This week’s Southwest Airlines One Square Mile: Texas Sneak Peek takes us to Port Isabel, which is located in the Rio Grande Valley of Texas. To visit, simply fly Southwest into Harlingen’s Valley International Airport and Port Isabel is short drive away.
The Rio Grande Valley is the birthplace of many great people who have shaped not only the regional identity of Texas, but have made a national impact as well, including Kris Kristofferson, Tom Landry, and Freddy Fender. Additionally since 1893, the region has grown and cultivatated the most amazing grapefruit.
You can watch the Port Isabel episode of One Square Mile: Texas before it airs on PBS at www.osmtx.com/southwestor watch it onboard courtesy of Southwest’s inflight WiFi!
Here’s more information, and behind the scenes glimpses of One Square Mile: Texas—Port Isabel through the eyes of Michael “Ski” Golembieski, who is part of the One Square Mile: Texas production crew.
It's a long way to the bottom—of Texas. To be exact, for us it was 361 miles.
That's the distance that lies between Austin, where just wrapped filming, and the next location—Port Isabel. It's 3:30 p.m. on May 21, 2013. Summoning our inner “Charge of the Light Brigade,” “Half a league, half a league, half a league onward”—but hopefully with a happier ending—Carl and I begin our descent down into the valley.
We arrive as always beneath the cover of darkness. This square mile wouldn't reveal itself until the following morning where we wake to find Port Isabel to be a humble hard working Gulf coast community. Port Isabel is the last stop before the bridge that carries you to the Texas beach Mecca of South Padre Island.
The tourist and seasonal trades are big business here. Our start-of-the-day drive led us to the police station where we had a meeting with Chief of Police Gualberto "Wally" Gonzalez. The Chief strongly recommended that Officer Ray Brandriff take us on a ride along of both the highways and waterways. Ray is highly personable and seemed to enjoy being in action for us, and gave us insight on what it's like to patrol a seaside border community.
Garriga Elementary served as our educational hub. It's faculty and staff couldn't have been more accommodating, and our visit with them yielded three stories.
Frances Etheridge is a teacher for life. Although she is now retired, she is still the “go to” substitute who happens to live within walking distance of Garriga. If you're 45 or younger in Port Isabel, you've been instructed by Mrs. Etheridge. During our visit, she reflects on the teaching life and changing times.
Myles Carter is a third grader. He's pretty shy, but becoming less so—and he really opens up when he sits down behind a piano. We were happy that we got to see both sides of Myles’ personality.
Jaime Gonzalez, or "J.J." as everyone calls him, is a high school student and a local football hero. He lives with his mom in a house she built herself, and offers his perspective on what it's like coming of age in a beach community. As #21 on the football team, J.J. himself would say "Go Tarpons!".

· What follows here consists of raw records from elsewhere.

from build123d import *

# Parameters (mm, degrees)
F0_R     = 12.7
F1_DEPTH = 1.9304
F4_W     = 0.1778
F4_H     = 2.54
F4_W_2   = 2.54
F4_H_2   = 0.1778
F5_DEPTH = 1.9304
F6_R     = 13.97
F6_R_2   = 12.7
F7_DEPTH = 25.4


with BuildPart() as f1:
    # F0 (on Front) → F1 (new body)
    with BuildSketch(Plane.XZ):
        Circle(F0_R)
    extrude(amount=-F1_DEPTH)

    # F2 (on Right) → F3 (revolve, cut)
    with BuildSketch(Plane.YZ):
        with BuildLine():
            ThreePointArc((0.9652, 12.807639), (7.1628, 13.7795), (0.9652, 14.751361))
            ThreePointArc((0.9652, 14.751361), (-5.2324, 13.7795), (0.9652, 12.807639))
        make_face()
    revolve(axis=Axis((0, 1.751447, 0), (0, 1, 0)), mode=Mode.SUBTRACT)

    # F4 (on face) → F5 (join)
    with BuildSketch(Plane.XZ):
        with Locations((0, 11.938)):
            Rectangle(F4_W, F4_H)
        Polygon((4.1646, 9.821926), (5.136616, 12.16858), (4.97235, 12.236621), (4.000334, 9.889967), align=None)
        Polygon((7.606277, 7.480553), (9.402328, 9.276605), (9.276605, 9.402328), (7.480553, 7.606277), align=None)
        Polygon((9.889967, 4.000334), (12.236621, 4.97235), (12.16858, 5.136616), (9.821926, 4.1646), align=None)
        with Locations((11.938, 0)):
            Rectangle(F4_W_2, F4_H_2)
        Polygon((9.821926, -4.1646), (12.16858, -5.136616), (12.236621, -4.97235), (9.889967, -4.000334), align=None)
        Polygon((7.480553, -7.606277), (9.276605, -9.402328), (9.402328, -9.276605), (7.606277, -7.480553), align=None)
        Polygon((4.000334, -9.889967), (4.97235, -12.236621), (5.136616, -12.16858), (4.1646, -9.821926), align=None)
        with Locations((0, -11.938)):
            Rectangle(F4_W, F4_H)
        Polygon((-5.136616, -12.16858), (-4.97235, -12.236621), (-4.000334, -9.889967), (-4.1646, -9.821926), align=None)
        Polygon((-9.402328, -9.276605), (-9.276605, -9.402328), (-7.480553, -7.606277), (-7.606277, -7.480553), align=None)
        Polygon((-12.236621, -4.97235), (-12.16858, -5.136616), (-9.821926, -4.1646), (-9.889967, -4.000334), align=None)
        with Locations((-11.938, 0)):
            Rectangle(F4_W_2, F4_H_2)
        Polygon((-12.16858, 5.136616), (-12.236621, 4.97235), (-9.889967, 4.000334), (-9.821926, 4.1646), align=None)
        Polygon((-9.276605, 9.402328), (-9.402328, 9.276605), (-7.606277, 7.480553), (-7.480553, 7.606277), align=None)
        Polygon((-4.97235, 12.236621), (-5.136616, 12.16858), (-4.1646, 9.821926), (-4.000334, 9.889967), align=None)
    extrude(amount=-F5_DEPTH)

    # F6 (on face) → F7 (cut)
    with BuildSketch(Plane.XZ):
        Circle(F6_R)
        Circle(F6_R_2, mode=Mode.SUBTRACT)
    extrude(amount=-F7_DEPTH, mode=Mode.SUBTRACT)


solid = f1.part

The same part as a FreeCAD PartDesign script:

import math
import FreeCAD as App
import Part
import Sketcher

V = App.Vector
Q = App.Units.Quantity


def add_polygon(sketch, points):
    """Adds a closed chain of lines whose ends are joined by coincident constraints."""
    first, n = sketch.GeometryCount, len(points)
    for a, b in zip(points, points[1:] + points[:1]):
        sketch.addGeometry(Part.LineSegment(App.Vector(*a, 0), App.Vector(*b, 0)), False)
    for i in range(n):
        sketch.addConstraint(Sketcher.Constraint("Coincident", first + i, 2, first + (i + 1) % n, 1))

doc = App.newDocument("Part")
params = doc.addObject("Spreadsheet::Sheet", "Params")
for row, (alias, value) in enumerate([
    ("sketch1_diameter", "1 in"),
    ("pad1_length", "0.076 in"),
    ("sketch2_radius", "0.125 in"),
    ("groove_angle", "360 deg"),
    ("sketch3_width", "0.1 in"),
    ("sketch3_length", "0.1 in"),
    ("sketch3_width2", "0.007 in"),
    ("sketch3_length2", "0.007 in"),
    ("pad2_length", "0.076 in"),
    ("sketch4_diameter", "1 in"),
    ("sketch4_diameter2", "1.1 in"),
    ("pocket1_length", "1 in"),
], start=1):
    params.set(f"A{row}", alias)
    params.set(f"B{row}", "=" + value)
    params.setAlias(f"B{row}", alias)

body = doc.addObject("PartDesign::Body", "Body")

# Sketch on XZ plane
sketch1 = body.newObject("Sketcher::SketchObject", "Sketch")
sketch1.AttachmentSupport = (doc.getObject("XZ_Plane"), [""])
sketch1.MapMode = "FlatFace"
sketch1.addGeometry(Part.Circle(V(0, 0, 0), V(0, 0, 1), 13), False)
sketch1.addConstraint([
    Sketcher.Constraint("Coincident", 0, 3, -1, 1),
    Sketcher.Constraint("Diameter", 0, Q("1 in")),
])
sketch1.setExpression("Constraints[1]", "Params.sketch1_diameter")
pad1 = body.newObject("PartDesign::Pad", "Pad")
pad1.Profile = sketch1
pad1.setExpression("Length", "Params.pad1_length")
pad1.Reversed = True

# Sketch on YZ plane
sketch2 = body.newObject("Sketcher::SketchObject", "Sketch001")
sketch2.AttachmentSupport = (doc.getObject("YZ_Plane"), [""])
sketch2.MapMode = "FlatFace"
sketch2.addGeometry([
    Part.ArcOfCircle(Part.Circle(V(4, 13.8, 0), V(0, 0, 1), 3.2), math.radians(-162), math.radians(162)),
    Part.ArcOfCircle(Part.Circle(V(-2.1, 13.8, 0), V(0, 0, 1), 3.2), math.radians(18), math.radians(342)),
], False)
sketch2.addConstraint([
    Sketcher.Constraint("Coincident", 0, 1, 1, 2),
    Sketcher.Constraint("Coincident", 1, 1, 0, 2),
    Sketcher.Constraint("Equal", 0, 1),
    Sketcher.Constraint("Horizontal", 0, 3, 1, 3),
    Sketcher.Constraint("Radius", 0, Q("0.125 in")),
    Sketcher.Constraint("DistanceX", -1, 1, 0, 3, Q("0.157 in")),
    Sketcher.Constraint("DistanceX", 1, 3, -1, 1, Q("0.081 in")),
    Sketcher.Constraint("DistanceY", -1, 1, 0, 3, Q("0.5425 in")),
])
sketch2.setExpression("Constraints[4]", "Params.sketch2_radius")
groove = body.newObject("PartDesign::Groove", "Groove")
groove.Profile = sketch2
groove.ReferenceAxis = (sketch2, ["H_Axis"])
groove.setExpression("Angle", "Params.groove_angle")

# Sketch on XZ plane
sketch3 = body.newObject("Sketcher::SketchObject", "Sketch002")
sketch3.AttachmentSupport = (doc.getObject("XZ_Plane"), [""])
sketch3.MapMode = "FlatFace"
add_polygon(sketch3, [(-0.09, 13.21), (-0.09, 10.67), (0.09, 10.67), (0.09, 13.21)])  # lines 0-3
add_polygon(sketch3, [(4.16, 9.82), (5.14, 12.17), (4.97, 12.24), (4, 9.89)])  # lines 4-7
add_polygon(sketch3, [(7.61, 7.48), (9.4, 9.28), (9.28, 9.4), (7.48, 7.61)])  # lines 8-11
add_polygon(sketch3, [(9.89, 4), (12.24, 4.97), (12.17, 5.14), (9.82, 4.16)])  # lines 12-15
add_polygon(sketch3, [(10.67, 0.09), (10.67, -0.09), (13.21, -0.09), (13.21, 0.09)])  # lines 16-19
add_polygon(sketch3, [(9.82, -4.16), (12.17, -5.14), (12.24, -4.97), (9.89, -4)])  # lines 20-23
add_polygon(sketch3, [(7.48, -7.61), (9.28, -9.4), (9.4, -9.28), (7.61, -7.48)])  # lines 24-27
add_polygon(sketch3, [(4, -9.89), (4.97, -12.24), (5.14, -12.17), (4.16, -9.82)])  # lines 28-31
add_polygon(sketch3, [(-0.09, -10.67), (-0.09, -13.21), (0.09, -13.21), (0.09, -10.67)])  # lines 32-35
add_polygon(sketch3, [(-5.14, -12.17), (-4.97, -12.24), (-4, -9.89), (-4.16, -9.82)])  # lines 36-39
add_polygon(sketch3, [(-9.4, -9.28), (-9.28, -9.4), (-7.48, -7.61), (-7.61, -7.48)])  # lines 40-43
add_polygon(sketch3, [(-12.24, -4.97), (-12.17, -5.14), (-9.82, -4.16), (-9.89, -4)])  # lines 44-47
add_polygon(sketch3, [(-13.21, 0.09), (-13.21, -0.09), (-10.67, -0.09), (-10.67, 0.09)])  # lines 48-51
add_polygon(sketch3, [(-12.17, 5.14), (-12.24, 4.97), (-9.89, 4), (-9.82, 4.16)])  # lines 52-55
add_polygon(sketch3, [(-9.28, 9.4), (-9.4, 9.28), (-7.61, 7.48), (-7.48, 7.61)])  # lines 56-59
add_polygon(sketch3, [(-4.97, 12.24), (-5.14, 12.17), (-4.16, 9.82), (-4, 9.89)])  # lines 60-63
sketch3.addConstraint([
    Sketcher.Constraint("Vertical", 0),
    Sketcher.Constraint("Horizontal", 1),
    Sketcher.Constraint("Vertical", 2),
    Sketcher.Constraint("Horizontal", 3),
    Sketcher.Constraint("Vertical", 16),
    Sketcher.Constraint("Horizontal", 17),
    Sketcher.Constraint("Vertical", 18),
    Sketcher.Constraint("Horizontal", 19),
    Sketcher.Constraint("Vertical", 32),
    Sketcher.Constraint("Horizontal", 33),
    Sketcher.Constraint("Vertical", 34),
    Sketcher.Constraint("Horizontal", 35),
    Sketcher.Constraint("Vertical", 48),
    Sketcher.Constraint("Horizontal", 49),
    Sketcher.Constraint("Vertical", 50),
    Sketcher.Constraint("Horizontal", 51),
    Sketcher.Constraint("Symmetric", 2, 2, 32, 2, -1, 1),
    Sketcher.Constraint("Symmetric", 0, 2, 34, 2, -1, 1),
    Sketcher.Constraint("Symmetric", 5, 2, 36, 2, -1, 1),
    Sketcher.Constraint("Symmetric", 6, 2, 37, 2, -1, 1),
    Sketcher.Constraint("Symmetric", 7, 2, 38, 2, -1, 1),
    Sketcher.Constraint("Symmetric", 4, 2, 39, 2, -1, 1),
    Sketcher.Constraint("Symmetric", 9, 2, 40, 2, -1, 1),
    Sketcher.Constraint("Symmetric", 10, 2, 41, 2, -1, 1),
    Sketcher.Constraint("Symmetric", 11, 2, 42, 2, -1, 1),
    Sketcher.Constraint("Symmetric", 8, 2, 43, 2, -1, 1),
    Sketcher.Constraint("Symmetric", 13, 2, 44, 2, -1, 1),
    Sketcher.Constraint("Symmetric", 14, 2, 45, 2, -1, 1),
    Sketcher.Constraint("Symmetric", 15, 2, 46, 2, -1, 1),
    Sketcher.Constraint("Symmetric", 12, 2, 47, 2, -1, 1),
    Sketcher.Constraint("Symmetric", 18, 2, 48, 2, -1, 1),
    Sketcher.Constraint("Symmetric", 16, 2, 50, 2, -1, 1),
    Sketcher.Constraint("Symmetric", 21, 2, 52, 2, -1, 1),
    Sketcher.Constraint("Symmetric", 22, 2, 53, 2, -1, 1),
    Sketcher.Constraint("Symmetric", 23, 2, 54, 2, -1, 1),
    Sketcher.Constraint("Symmetric", 20, 2, 55, 2, -1, 1),
    Sketcher.Constraint("Symmetric", 25, 2, 56, 2, -1, 1),
    Sketcher.Constraint("Symmetric", 26, 2, 57, 2, -1, 1),
    Sketcher.Constraint("Symmetric", 27, 2, 58, 2, -1, 1),
    Sketcher.Constraint("Symmetric", 24, 2, 59, 2, -1, 1),
    Sketcher.Constraint("Symmetric", 29, 2, 60, 2, -1, 1),
    Sketcher.Constraint("Symmetric", 30, 2, 61, 2, -1, 1),
    Sketcher.Constraint("Symmetric", 31, 2, 62, 2, -1, 1),
    Sketcher.Constraint("Symmetric", 28, 2, 63, 2, -1, 1),
    Sketcher.Constraint("Symmetric", 28, 2, 36, 2, -2),
    Sketcher.Constraint("Symmetric", 31, 2, 37, 2, -2),
    Sketcher.Constraint("Symmetric", 30, 2, 38, 2, -2),
    Sketcher.Constraint("Symmetric", 29, 2, 39, 2, -2),
    Sketcher.Constraint("Symmetric", 24, 2, 40, 2, -2),
    Sketcher.Constraint("Symmetric", 27, 2, 41, 2, -2),
    Sketcher.Constraint("Symmetric", 26, 2, 42, 2, -2),
    Sketcher.Constraint("Symmetric", 25, 2, 43, 2, -2),
    Sketcher.Constraint("Symmetric", 20, 2, 44, 2, -2),
    Sketcher.Constraint("Symmetric", 23, 2, 45, 2, -2),
    Sketcher.Constraint("Symmetric", 22, 2, 46, 2, -2),
    Sketcher.Constraint("Symmetric", 21, 2, 47, 2, -2),
    Sketcher.Constraint("Perpendicular", 4, 5),
    Sketcher.Constraint("Perpendicular", 5, 6),
    Sketcher.Constraint("Perpendicular", 6, 7),
    Sketcher.Constraint("Perpendicular", 8, 9),
    Sketcher.Constraint("Perpendicular", 9, 10),
    Sketcher.Constraint("Perpendicular", 10, 11),
    Sketcher.Constraint("Perpendicular", 12, 13),
    Sketcher.Constraint("Perpendicular", 13, 14),
    Sketcher.Constraint("Perpendicular", 14, 15),
    Sketcher.Constraint("Parallel", 7, 20),
    Sketcher.Constraint("Parallel", 11, 24),
    Sketcher.Constraint("Horizontal", 17, 2, 48, 2),
    Sketcher.Constraint("Vertical", 3, 2, 32, 2),
    Sketcher.Constraint("Equal", 51, 0),
    Sketcher.Constraint("Equal", 35, 16),
    Sketcher.Constraint("Equal", 6, 8),
    Sketcher.Constraint("Equal", 7, 9),
    Sketcher.Constraint("Equal", 10, 12),
    Sketcher.Constraint("Equal", 11, 13),
    Sketcher.Constraint("DistanceX", 17, 1, 17, 2, Q("0.1 in")),
    Sketcher.Constraint("Distance", 4, Q("0.1 in")),
    Sketcher.Constraint("Angle", 4, Q("67.499998 deg")),
    Sketcher.Constraint("DistanceX", 1, 1, 1, 2, Q("0.007 in")),
    Sketcher.Constraint("DistanceY", -1, 1, 0, 2, Q("0.42 in")),
    Sketcher.Constraint("DistanceX", -1, 1, 16, 2, Q("0.42 in")),
    Sketcher.Constraint("Distance", 5, Q("0.007 in")),
    Sketcher.Constraint("DistanceX", -1, 1, 7, 2, Q("4.1646 mm")),
    Sketcher.Constraint("DistanceY", -1, 1, 14, 2, Q("4.1646 mm")),
    Sketcher.Constraint("DistanceY", -1, 1, 4, 2, Q("12.16858 mm")),
    Sketcher.Constraint("DistanceX", -1, 1, 8, 2, Q("9.402328 mm")),
    Sketcher.Constraint("DistanceY", -1, 1, 9, 2, Q("9.402328 mm")),
    Sketcher.Constraint("DistanceX", -1, 1, 12, 2, Q("12.236621 mm")),
])
sketch3.setExpression("Constraints[139]", "Params.sketch3_width")
sketch3.setExpression("Constraints[140]", "Params.sketch3_length")
sketch3.setExpression("Constraints[142]", "Params.sketch3_width2")
sketch3.setExpression("Constraints[145]", "Params.sketch3_length2")
pad2 = body.newObject("PartDesign::Pad", "Pad001")
pad2.Profile = sketch3
pad2.setExpression("Length", "Params.pad2_length")
pad2.Reversed = True

# Sketch on XZ plane
sketch4 = body.newObject("Sketcher::SketchObject", "Sketch003")
sketch4.AttachmentSupport = (doc.getObject("XZ_Plane"), [""])
sketch4.MapMode = "FlatFace"
sketch4.addGeometry([
    Part.Circle(V(0, 0, 0), V(0, 0, 1), 14),
    Part.Circle(V(0, 0, 0), V(0, 0, 1), 13),
], False)
sketch4.addConstraint([
    Sketcher.Constraint("Coincident", 0, 3, -1, 1),
    Sketcher.Constraint("Coincident", 1, 3, -1, 1),
    Sketcher.Constraint("Diameter", 1, Q("1 in")),
    Sketcher.Constraint("Diameter", 0, Q("1.1 in")),
])
sketch4.setExpression("Constraints[2]", "Params.sketch4_diameter")
sketch4.setExpression("Constraints[3]", "Params.sketch4_diameter2")
pocket1 = body.newObject("PartDesign::Pocket", "Pocket")
pocket1.Profile = sketch4
pocket1.setExpression("Length", "Params.pocket1_length")

doc.recompute()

Joe's Oyster Bar sits about a block off the main drag. It's always busy with locals. It started out as a small convenience store and seafood market. It added a kitchen and has expanded twice since its founding. Owner Joe Castillo gives us an interview and lets us see him and his staff in action. I'm glad we got here before Guy Fieri discovers it. Here's a little inside information when you sit down at a table—the ceviche is top shelf!
Christy Atkinson plays "Ruby the Pirate Queen" aboard the Black Dragon Pirate Ship, which is the biggest attraction in town. A Ringling Bros. veteran, we'll see her and the entire pirate crew at work as she tells us about the performing life on the edge of Texas.
Edward Cuevas, or "EJ" as he's called, was a find. Carl and I were spiraling around the square mile searching for a story connected to the fishing or shrimping industries. We found Cuevas Trawlers, which led us to EJ. His grandfather runs the company and we were able to catch the boats and EJ in between coming and going. He shares his tale of growing up in the shrimping life and watch him do some boat maintenance.
Mary Blount is a member of The First United Methodist Church. They organize and run a great volunteer food pantry. Here, she discusses a fellowship that extends beyond the chapel and into the community itself.
Brad Palermo like his father before him is a taxidermist. The owner of Palermo Taxidermy, he does it all but specializes in aquatic animals—working on many projects for the local universities and museums. We see him practice his craft with his daughter and a few of his students.
Port Isabel was one of the most welcoming places we have filmed. It is a town that seems to be in a constant state of population expansion and contraction—whether from the "snowbirds" or winter Texans, the spring breakers, or the summer renters. We saw it ourselves as the town swelled with Memorial Day weekend traffic.
We left on a Sunday morning, heading north against the natural flow of holiday traffic. It's a long way up from the bottom—539 miles to be exact. That's the mileage back home to Fort Worth. But before getting home to Betsy and the girls, Carl and I had brief filing stops to make in San Antonio and Austin, We all went to bed that night knowing we had eight square miles behind us and one more mile (Dallas) to go.